## Task brief
Copy out all lines of the listing below that hold "with".

Material for this task START

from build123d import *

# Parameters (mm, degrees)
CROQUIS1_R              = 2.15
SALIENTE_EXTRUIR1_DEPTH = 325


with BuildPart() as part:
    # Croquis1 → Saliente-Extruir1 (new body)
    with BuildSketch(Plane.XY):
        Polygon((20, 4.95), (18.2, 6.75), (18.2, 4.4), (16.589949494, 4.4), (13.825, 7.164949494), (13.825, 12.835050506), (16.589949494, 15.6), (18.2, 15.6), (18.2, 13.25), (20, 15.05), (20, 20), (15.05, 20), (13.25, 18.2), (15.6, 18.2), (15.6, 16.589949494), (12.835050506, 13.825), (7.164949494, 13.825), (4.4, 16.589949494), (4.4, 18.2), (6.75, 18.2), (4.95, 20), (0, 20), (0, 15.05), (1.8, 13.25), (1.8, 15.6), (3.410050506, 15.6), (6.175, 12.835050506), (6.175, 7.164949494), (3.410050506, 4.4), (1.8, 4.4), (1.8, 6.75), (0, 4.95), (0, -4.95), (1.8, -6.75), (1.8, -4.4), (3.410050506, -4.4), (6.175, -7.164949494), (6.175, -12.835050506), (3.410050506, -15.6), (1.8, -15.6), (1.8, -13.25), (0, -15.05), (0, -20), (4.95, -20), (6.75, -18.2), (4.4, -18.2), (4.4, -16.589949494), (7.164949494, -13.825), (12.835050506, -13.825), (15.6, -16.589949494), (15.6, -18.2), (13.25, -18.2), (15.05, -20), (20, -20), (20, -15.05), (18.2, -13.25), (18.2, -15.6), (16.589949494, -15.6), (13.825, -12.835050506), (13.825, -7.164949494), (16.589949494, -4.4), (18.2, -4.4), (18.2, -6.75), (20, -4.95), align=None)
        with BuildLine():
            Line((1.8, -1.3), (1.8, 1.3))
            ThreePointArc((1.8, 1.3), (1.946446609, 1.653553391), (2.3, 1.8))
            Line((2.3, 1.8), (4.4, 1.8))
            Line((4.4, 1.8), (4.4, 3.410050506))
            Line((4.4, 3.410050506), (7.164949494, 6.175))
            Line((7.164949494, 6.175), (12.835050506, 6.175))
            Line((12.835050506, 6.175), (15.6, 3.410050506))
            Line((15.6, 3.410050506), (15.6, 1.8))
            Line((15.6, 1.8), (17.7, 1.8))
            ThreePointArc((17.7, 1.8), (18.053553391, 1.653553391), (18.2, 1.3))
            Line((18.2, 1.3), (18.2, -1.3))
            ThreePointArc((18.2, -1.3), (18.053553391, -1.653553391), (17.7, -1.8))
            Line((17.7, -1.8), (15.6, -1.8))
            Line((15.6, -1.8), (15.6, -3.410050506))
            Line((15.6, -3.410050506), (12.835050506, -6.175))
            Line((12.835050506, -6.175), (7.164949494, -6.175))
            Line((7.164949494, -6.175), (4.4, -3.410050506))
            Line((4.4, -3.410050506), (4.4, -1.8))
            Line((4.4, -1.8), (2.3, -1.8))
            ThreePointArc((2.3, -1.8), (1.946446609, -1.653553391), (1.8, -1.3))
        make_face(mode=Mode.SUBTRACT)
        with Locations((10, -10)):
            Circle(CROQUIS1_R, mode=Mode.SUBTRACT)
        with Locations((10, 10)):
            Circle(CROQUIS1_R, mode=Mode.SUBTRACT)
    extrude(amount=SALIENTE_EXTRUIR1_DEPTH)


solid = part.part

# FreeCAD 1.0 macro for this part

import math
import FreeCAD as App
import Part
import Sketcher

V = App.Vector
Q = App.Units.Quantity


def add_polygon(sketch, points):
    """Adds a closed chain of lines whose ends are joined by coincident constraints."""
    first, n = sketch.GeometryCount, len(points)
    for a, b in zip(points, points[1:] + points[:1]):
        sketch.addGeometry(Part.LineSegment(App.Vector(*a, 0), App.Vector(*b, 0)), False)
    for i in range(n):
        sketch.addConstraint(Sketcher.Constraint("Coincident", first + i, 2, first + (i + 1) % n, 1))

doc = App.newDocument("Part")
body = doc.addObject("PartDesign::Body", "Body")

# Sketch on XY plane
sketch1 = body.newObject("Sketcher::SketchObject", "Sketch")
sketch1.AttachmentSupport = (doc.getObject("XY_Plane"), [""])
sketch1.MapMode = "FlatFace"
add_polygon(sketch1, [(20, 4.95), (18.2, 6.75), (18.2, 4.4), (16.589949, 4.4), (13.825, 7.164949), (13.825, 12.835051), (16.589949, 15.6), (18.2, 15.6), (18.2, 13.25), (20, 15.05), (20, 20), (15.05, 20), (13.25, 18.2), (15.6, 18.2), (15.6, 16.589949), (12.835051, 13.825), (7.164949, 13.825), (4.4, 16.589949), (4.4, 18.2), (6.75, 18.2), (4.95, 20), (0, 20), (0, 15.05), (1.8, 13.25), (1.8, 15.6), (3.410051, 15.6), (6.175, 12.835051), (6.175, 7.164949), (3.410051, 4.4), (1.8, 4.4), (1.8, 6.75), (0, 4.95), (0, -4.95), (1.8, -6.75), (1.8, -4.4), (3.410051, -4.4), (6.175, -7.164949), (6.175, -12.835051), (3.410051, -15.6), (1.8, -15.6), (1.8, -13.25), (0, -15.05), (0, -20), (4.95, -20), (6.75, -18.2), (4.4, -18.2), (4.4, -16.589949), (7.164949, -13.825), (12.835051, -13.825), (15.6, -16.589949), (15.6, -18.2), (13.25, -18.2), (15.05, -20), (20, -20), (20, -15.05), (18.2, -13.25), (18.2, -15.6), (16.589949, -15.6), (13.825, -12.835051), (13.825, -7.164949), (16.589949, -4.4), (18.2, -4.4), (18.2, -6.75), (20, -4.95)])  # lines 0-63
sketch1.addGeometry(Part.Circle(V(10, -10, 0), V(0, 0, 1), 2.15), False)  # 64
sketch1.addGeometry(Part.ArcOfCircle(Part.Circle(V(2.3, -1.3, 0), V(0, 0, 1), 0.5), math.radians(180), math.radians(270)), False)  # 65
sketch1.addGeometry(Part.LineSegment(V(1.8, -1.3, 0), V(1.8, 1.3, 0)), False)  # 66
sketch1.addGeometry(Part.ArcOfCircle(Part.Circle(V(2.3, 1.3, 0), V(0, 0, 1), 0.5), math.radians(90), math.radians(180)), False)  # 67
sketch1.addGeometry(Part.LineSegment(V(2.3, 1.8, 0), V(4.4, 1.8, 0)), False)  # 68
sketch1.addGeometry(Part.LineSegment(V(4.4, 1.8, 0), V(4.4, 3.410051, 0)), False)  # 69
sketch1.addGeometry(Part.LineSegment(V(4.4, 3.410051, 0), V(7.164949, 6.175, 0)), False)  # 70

Material for this task END

## Response below
with BuildPart() as part:
    with BuildSketch(Plane.XY):
        with BuildLine():
        with Locations((10, -10)):
        with Locations((10, 10)):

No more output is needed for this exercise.